Variable type: numeric

skim_variable bucket n_missing complete_rate mean sd p0 p25 p50 p75 p100 hist
med_30_day_growth (0,10000] 0 1 0.09 0.11 0.00 0.02 0.06 0.13 0.78 ▇▂▁▁▁
med_30_day_growth (10000,100000] 0 1 0.10 0.12 -0.01 0.03 0.06 0.11 0.94 ▇▁▁▁▁
med_30_day_growth (100000,200000] 0 1 0.08 0.13 0.00 0.02 0.04 0.09 0.65 ▇▁▁▁▁
med_30_day_growth (200000,500000] 0 1 0.08 0.08 0.00 0.04 0.06 0.10 0.43 ▇▂▁▁▁
med_30_day_growth (500000,1000000] 0 1 0.10 0.16 0.01 0.03 0.04 0.09 0.59 ▇▁▁▁▁
med_30_day_growth (1000000,Inf] 0 1 0.09 0.11 0.00 0.04 0.06 0.11 0.45 ▇▃▁▁▁

Here are summary statistics for each profile bucket.

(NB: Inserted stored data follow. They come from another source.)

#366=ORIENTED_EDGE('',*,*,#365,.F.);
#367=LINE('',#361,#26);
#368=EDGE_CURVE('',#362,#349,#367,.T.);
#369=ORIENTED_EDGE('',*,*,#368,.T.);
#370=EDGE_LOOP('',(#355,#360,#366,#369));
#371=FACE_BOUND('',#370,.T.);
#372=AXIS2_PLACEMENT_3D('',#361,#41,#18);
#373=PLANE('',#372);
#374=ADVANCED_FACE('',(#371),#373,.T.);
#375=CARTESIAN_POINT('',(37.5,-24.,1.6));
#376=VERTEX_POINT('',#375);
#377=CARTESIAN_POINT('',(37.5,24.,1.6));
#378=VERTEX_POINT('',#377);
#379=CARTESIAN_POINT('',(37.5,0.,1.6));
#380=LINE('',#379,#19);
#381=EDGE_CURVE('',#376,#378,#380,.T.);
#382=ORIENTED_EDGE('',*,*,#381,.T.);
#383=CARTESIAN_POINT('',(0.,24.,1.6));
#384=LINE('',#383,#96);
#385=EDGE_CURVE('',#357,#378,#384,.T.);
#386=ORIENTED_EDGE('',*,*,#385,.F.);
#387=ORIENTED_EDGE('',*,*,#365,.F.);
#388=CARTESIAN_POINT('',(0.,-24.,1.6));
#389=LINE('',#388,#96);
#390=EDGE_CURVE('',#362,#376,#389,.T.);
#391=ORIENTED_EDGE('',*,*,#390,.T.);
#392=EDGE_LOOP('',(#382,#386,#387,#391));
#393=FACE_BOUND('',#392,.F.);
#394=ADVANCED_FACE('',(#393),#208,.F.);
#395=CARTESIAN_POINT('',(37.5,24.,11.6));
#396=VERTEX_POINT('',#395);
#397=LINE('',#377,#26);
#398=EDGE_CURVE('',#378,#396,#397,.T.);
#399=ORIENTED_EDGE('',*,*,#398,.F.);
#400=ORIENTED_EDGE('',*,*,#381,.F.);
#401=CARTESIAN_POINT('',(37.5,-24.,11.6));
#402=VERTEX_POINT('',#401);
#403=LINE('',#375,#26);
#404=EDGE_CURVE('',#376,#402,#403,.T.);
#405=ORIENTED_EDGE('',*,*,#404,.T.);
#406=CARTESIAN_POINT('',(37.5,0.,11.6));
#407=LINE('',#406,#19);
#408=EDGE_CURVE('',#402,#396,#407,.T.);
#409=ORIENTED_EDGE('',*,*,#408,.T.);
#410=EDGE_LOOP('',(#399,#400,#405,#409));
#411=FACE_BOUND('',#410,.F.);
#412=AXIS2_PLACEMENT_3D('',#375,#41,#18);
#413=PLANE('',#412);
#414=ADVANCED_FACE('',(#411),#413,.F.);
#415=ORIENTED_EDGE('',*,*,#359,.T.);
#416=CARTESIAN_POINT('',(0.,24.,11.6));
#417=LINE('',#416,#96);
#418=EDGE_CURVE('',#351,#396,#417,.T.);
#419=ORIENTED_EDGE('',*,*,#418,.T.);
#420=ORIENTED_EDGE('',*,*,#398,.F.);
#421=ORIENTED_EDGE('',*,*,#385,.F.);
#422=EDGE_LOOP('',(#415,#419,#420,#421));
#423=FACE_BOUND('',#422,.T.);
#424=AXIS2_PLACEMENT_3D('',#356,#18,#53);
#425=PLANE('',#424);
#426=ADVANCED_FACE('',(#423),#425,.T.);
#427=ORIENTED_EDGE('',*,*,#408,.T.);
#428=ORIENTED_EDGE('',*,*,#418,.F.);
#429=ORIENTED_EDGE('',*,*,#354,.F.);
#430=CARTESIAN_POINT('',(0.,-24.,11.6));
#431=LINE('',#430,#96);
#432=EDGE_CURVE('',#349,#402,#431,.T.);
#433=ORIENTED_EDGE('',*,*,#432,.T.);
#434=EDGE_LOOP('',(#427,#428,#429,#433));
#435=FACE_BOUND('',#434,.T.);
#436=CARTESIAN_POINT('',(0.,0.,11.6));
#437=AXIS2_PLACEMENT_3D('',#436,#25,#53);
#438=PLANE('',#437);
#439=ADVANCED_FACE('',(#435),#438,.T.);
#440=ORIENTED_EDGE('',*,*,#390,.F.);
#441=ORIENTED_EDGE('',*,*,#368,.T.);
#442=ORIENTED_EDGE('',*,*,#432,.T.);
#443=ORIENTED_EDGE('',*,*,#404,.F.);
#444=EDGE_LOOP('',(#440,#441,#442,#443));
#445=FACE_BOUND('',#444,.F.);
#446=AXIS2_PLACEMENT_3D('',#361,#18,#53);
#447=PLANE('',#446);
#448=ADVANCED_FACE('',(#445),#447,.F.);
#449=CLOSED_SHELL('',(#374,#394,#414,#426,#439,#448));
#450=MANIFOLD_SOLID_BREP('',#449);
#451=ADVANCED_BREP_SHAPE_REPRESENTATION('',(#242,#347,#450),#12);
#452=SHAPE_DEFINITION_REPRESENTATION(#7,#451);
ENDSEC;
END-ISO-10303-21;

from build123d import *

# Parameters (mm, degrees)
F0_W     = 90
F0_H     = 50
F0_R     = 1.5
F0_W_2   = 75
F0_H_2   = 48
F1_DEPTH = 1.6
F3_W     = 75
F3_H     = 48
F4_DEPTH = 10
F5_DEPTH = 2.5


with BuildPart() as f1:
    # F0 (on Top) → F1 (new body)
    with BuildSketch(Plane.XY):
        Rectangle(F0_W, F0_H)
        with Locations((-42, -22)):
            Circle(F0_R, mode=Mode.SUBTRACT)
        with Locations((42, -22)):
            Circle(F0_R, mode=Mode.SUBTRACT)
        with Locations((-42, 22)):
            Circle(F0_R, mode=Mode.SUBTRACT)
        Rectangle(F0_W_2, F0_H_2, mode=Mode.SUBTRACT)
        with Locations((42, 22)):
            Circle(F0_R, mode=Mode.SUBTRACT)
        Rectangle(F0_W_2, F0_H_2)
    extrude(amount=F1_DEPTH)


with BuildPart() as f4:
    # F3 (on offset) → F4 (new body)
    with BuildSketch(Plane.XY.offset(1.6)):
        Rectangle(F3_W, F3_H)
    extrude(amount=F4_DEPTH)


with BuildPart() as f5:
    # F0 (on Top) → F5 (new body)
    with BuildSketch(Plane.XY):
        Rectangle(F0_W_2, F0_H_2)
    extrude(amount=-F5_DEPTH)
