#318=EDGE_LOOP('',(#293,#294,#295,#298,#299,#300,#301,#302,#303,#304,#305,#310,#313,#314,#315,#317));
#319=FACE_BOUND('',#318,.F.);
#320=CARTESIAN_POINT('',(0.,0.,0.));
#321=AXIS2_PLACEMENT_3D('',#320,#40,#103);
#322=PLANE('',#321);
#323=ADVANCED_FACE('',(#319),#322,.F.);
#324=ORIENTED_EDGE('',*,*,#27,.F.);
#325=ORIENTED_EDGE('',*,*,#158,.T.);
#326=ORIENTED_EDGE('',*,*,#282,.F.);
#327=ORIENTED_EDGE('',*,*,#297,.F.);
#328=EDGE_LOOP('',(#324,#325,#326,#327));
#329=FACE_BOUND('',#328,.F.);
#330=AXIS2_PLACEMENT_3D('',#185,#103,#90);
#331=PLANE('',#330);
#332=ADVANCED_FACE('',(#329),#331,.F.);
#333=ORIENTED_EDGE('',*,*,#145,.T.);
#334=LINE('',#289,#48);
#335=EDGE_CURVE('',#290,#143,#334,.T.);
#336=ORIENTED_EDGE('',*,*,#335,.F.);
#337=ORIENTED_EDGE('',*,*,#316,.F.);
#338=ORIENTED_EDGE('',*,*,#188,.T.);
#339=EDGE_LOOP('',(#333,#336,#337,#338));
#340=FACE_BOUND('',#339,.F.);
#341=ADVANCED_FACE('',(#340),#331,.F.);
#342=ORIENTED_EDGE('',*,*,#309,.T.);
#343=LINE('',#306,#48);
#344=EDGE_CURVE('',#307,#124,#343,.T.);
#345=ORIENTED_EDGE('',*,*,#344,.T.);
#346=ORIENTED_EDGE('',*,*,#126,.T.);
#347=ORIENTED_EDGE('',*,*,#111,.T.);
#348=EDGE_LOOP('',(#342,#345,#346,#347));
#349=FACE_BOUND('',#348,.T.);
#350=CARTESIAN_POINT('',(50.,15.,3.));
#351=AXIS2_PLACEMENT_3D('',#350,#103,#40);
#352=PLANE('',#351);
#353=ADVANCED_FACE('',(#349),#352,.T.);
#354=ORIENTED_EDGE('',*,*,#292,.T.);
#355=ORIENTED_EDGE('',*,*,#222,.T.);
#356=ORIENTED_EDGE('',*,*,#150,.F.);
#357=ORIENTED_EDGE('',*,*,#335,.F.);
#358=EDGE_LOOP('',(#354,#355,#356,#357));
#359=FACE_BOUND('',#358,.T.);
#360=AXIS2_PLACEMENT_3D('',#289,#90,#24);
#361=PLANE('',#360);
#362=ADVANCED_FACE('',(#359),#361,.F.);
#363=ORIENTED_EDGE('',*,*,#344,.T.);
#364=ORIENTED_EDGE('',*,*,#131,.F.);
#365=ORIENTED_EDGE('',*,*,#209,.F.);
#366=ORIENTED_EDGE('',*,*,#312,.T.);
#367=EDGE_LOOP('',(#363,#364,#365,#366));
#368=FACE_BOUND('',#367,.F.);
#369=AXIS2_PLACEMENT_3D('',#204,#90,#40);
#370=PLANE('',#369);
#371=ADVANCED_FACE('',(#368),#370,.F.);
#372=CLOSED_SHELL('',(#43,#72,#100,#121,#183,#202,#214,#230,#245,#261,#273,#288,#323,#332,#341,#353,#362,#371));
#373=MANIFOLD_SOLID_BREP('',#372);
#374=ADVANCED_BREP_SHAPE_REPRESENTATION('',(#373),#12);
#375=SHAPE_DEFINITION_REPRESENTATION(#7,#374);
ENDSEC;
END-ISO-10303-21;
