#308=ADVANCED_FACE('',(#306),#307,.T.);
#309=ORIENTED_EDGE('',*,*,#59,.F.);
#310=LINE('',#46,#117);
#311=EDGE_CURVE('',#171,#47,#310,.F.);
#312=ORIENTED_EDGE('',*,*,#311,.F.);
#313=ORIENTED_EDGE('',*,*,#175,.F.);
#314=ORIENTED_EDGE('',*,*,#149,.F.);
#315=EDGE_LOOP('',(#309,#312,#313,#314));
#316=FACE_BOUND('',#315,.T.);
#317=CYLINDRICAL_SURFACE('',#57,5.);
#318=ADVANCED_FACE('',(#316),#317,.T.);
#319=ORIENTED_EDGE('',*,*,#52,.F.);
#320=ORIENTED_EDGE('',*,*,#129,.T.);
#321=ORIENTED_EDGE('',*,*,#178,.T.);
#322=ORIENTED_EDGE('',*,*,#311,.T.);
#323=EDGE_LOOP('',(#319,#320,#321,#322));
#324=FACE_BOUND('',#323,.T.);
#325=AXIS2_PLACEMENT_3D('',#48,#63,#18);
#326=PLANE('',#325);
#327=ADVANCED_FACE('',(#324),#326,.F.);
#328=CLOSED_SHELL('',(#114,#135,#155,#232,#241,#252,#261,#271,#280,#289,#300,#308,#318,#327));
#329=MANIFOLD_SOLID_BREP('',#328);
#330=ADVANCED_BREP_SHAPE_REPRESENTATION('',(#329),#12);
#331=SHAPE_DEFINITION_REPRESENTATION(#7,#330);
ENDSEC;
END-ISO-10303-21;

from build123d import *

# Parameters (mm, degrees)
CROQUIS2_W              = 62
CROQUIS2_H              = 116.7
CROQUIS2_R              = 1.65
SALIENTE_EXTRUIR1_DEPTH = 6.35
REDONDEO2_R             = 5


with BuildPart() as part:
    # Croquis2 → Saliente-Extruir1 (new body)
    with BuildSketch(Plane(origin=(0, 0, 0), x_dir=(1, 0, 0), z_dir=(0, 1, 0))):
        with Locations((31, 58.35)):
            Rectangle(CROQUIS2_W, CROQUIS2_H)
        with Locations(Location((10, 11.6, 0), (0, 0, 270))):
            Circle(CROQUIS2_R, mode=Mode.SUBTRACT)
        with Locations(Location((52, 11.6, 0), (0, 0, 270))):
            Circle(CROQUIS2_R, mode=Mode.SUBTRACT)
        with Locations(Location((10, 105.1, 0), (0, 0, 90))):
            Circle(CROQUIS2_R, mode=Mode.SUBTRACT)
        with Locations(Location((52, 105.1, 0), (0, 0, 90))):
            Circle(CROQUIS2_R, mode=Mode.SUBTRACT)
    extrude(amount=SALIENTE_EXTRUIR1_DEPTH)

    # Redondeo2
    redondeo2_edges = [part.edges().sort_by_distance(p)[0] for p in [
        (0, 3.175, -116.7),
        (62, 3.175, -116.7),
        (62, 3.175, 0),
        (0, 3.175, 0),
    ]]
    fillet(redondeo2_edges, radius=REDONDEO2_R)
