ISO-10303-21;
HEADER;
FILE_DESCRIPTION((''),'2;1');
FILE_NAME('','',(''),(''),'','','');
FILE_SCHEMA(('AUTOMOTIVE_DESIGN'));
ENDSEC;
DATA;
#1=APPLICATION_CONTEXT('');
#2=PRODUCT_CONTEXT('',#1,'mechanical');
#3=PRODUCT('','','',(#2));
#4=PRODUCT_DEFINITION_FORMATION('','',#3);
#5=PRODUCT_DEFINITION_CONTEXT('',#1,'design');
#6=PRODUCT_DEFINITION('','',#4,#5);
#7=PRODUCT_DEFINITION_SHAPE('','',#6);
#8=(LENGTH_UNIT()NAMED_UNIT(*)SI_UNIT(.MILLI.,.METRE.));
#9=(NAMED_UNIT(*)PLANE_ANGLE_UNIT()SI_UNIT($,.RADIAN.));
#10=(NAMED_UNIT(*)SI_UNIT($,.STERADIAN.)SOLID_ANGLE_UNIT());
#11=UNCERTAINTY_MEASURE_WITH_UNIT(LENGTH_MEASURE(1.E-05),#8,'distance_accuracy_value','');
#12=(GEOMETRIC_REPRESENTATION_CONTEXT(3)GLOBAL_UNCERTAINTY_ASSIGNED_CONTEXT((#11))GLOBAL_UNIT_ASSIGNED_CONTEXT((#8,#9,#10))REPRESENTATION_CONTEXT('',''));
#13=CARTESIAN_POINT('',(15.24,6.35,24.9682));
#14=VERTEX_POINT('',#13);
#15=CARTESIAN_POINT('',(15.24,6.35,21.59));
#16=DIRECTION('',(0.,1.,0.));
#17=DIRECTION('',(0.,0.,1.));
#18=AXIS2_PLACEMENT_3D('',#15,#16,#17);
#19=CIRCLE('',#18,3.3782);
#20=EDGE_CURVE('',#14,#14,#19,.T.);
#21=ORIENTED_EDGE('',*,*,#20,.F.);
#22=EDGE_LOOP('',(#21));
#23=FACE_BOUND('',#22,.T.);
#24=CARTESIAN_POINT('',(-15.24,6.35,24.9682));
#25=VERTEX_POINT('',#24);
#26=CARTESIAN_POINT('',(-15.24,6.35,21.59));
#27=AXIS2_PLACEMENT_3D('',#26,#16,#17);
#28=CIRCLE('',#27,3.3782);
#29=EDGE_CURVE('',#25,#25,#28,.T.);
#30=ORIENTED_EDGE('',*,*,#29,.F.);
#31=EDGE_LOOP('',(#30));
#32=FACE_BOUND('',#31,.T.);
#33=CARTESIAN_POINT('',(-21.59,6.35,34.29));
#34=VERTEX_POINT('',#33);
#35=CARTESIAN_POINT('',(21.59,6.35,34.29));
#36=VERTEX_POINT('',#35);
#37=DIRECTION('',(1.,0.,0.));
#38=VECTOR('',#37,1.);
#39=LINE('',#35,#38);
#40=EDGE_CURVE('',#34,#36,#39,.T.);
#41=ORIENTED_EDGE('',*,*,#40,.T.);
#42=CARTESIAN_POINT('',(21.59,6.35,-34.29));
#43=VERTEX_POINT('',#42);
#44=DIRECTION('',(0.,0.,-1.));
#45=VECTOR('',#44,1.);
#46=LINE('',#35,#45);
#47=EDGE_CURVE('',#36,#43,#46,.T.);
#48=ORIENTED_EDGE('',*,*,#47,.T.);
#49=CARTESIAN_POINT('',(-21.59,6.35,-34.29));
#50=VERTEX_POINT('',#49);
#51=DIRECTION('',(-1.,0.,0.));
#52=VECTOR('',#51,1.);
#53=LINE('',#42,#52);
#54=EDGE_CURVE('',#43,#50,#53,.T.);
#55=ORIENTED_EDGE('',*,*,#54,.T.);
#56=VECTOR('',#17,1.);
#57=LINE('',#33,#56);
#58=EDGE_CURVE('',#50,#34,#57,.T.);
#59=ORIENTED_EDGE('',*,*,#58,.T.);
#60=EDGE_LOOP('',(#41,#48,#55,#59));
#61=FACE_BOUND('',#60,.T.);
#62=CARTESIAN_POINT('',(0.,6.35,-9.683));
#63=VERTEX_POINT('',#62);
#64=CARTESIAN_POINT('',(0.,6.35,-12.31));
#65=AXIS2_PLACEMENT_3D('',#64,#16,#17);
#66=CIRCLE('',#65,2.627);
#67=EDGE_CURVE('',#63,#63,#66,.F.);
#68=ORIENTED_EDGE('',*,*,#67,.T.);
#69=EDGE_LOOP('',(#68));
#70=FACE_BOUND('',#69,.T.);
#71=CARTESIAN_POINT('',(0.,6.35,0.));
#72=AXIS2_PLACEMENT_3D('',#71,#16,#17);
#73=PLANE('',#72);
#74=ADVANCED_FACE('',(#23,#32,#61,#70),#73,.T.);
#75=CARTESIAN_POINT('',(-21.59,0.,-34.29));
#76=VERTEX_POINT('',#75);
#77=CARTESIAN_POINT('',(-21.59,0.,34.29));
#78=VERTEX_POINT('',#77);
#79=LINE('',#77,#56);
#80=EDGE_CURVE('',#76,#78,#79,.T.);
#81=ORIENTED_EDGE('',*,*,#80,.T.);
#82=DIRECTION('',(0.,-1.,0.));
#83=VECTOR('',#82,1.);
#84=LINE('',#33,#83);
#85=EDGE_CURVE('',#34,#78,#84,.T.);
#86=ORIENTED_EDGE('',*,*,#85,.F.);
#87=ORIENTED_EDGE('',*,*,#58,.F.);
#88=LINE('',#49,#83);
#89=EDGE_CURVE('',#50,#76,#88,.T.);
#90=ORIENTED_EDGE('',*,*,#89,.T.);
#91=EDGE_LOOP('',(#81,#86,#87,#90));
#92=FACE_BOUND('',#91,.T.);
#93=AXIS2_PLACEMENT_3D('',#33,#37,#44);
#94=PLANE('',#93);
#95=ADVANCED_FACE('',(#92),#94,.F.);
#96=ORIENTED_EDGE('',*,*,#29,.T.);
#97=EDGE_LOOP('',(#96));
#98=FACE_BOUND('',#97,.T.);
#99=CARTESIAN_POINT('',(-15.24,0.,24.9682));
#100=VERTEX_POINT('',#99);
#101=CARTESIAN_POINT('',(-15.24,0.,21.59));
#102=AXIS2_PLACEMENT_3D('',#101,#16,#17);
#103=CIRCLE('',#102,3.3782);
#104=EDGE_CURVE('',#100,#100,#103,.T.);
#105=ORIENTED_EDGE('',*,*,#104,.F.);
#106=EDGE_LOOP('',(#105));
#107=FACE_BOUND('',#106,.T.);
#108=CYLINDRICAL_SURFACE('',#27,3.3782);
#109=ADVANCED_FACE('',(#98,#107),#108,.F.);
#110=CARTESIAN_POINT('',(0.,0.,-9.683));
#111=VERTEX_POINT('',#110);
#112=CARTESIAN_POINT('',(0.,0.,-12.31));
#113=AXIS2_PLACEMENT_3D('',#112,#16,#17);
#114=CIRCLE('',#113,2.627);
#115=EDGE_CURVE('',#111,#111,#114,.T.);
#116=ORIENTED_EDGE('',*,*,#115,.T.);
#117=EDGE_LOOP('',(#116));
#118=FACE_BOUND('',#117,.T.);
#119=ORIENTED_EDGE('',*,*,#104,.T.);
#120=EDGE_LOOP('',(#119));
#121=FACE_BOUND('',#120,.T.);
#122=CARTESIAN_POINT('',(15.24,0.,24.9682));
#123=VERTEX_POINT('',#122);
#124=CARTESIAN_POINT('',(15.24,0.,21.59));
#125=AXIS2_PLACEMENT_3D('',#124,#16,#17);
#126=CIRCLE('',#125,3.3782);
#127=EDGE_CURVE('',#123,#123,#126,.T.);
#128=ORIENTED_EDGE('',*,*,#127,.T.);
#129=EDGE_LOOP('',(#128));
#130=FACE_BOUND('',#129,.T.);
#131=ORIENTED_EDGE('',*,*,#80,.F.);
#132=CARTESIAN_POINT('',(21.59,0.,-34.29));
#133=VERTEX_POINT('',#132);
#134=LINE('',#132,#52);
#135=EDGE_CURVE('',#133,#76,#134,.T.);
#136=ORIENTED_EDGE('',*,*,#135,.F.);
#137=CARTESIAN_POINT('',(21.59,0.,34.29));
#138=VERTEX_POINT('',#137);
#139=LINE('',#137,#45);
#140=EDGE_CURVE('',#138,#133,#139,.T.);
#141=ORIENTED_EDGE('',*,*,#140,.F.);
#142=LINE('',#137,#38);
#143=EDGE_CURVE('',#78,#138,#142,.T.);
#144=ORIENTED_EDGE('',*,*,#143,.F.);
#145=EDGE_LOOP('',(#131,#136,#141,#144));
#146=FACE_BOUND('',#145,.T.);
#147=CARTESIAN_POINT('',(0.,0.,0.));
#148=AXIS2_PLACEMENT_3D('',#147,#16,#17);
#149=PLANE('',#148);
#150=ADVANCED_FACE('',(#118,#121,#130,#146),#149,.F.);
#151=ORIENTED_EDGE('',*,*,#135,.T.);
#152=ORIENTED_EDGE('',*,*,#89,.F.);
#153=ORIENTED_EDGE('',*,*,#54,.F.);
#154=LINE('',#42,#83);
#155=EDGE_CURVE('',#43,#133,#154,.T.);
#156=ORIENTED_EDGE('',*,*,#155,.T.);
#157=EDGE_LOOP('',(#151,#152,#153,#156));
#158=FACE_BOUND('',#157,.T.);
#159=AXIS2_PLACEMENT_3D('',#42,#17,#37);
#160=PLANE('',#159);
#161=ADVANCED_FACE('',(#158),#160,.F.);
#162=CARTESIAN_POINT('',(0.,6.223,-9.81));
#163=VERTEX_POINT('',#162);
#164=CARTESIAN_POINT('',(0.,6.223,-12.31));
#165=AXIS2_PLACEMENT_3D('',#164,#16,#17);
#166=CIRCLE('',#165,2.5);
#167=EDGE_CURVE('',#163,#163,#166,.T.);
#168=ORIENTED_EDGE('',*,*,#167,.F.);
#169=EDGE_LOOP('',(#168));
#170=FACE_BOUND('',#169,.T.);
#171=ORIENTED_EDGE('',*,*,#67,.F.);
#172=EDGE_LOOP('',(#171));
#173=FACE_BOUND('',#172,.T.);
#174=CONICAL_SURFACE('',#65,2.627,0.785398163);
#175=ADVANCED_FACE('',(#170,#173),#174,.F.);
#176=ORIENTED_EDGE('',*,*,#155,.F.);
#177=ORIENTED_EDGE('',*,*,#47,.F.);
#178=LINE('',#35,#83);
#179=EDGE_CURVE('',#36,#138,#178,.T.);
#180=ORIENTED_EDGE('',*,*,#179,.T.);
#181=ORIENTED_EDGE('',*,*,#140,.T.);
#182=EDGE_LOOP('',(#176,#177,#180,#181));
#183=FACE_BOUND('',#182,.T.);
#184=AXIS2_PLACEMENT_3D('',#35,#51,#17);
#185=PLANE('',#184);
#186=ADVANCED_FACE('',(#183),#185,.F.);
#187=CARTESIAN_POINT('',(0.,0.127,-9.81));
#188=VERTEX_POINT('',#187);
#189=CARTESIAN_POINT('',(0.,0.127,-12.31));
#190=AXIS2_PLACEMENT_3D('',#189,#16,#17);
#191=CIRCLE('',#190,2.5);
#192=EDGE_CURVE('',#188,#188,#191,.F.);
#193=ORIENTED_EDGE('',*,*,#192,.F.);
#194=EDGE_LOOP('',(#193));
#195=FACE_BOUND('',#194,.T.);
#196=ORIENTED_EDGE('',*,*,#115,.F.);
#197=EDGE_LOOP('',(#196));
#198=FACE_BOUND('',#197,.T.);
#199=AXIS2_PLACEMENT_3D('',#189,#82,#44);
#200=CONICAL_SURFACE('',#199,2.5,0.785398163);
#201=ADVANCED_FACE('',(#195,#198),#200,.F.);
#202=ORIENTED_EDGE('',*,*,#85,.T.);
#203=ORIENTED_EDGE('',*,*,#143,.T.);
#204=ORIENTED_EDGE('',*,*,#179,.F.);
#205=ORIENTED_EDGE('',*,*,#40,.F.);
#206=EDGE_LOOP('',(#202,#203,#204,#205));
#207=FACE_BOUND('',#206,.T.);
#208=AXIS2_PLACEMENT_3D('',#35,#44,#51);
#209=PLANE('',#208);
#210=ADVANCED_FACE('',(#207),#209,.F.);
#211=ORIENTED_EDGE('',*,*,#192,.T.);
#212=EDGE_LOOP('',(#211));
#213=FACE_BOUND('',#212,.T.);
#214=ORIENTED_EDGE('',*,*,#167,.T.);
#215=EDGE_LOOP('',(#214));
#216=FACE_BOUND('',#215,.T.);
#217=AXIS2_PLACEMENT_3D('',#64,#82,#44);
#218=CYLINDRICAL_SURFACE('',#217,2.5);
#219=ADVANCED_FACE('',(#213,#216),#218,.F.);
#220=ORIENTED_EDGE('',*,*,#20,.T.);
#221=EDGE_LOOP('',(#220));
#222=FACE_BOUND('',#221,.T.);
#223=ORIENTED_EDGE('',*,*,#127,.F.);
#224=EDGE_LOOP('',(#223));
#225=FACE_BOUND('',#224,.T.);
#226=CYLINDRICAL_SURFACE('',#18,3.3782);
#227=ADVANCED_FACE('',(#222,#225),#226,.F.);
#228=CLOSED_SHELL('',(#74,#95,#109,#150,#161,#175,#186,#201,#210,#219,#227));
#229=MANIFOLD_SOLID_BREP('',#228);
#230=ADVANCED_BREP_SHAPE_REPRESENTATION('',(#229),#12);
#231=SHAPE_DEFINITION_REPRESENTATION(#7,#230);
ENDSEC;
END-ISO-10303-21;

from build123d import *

# Parameters (mm, degrees)
SKETCH1_W               = 43.18
SKETCH1_H               = 68.58
BOSS_EXTRUDE1_DEPTH     = 6.35
F_1_4_CLEARANCE_HOLE1_D = 6.7564
SKETCH7_R               = 2.5
CUT_EXTRUDE1_DEPTH      = 7.35
CHAMFER1_SIZE           = 0.127


with BuildPart() as part:
    # Sketch1 → Boss-Extrude1 (new body)
    with BuildSketch(Plane(origin=(0, 0, 0), x_dir=(1, 0, 0), z_dir=(0, 1, 0))):
        Rectangle(SKETCH1_W, SKETCH1_H)
    extrude(amount=BOSS_EXTRUDE1_DEPTH)

    # 1/4 Clearance Hole1 (through all)
    with Locations(Plane(origin=(0, 6.35, 0), x_dir=(1, 0, 0), z_dir=(0, 1, 0))):
        with Locations((15.24, -21.59), (-15.24, -21.59)):
            Hole(F_1_4_CLEARANCE_HOLE1_D / 2)

    # Sketch7 → Cut-Extrude1 (cut, through all)
    with BuildSketch(Plane.XZ):
        with Locations((0, -12.31)):
            Circle(SKETCH7_R)
    extrude(amount=-CUT_EXTRUDE1_DEPTH, mode=Mode.SUBTRACT)

    # Chamfer1
    chamfer1_edges = [part.edges().sort_by_distance(p)[0] for p in [
        (-2.5, 6.35, -12.31),
        (-2.5, 0, -12.31),
    ]]
    chamfer(chamfer1_edges, length=CHAMFER1_SIZE)


solid = part.part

• For the 114 users with 0-10k followers, the median 30-day growth rate is 5.5% and the average is 9.3%.
• For the 166 users with 10-100k followers, the median 30-day growth rate is 6.1% and the average is 9.7%.
• For the 26 users with 100k-200k followers, the median 30-day growth rate is 4.5% and the average is 8%.
• For the 36 users with 200k-500k followers, the median 30-day growth rate is 6% and the average is 8.1%.
• For the 12 users with 500k-1m followers, the median 30-day growth rate is 3.6% and the average is 9.7%.
• For the 18 users with over 1m followers, the median 30-day growth rate is 6% and the average is 9.4%.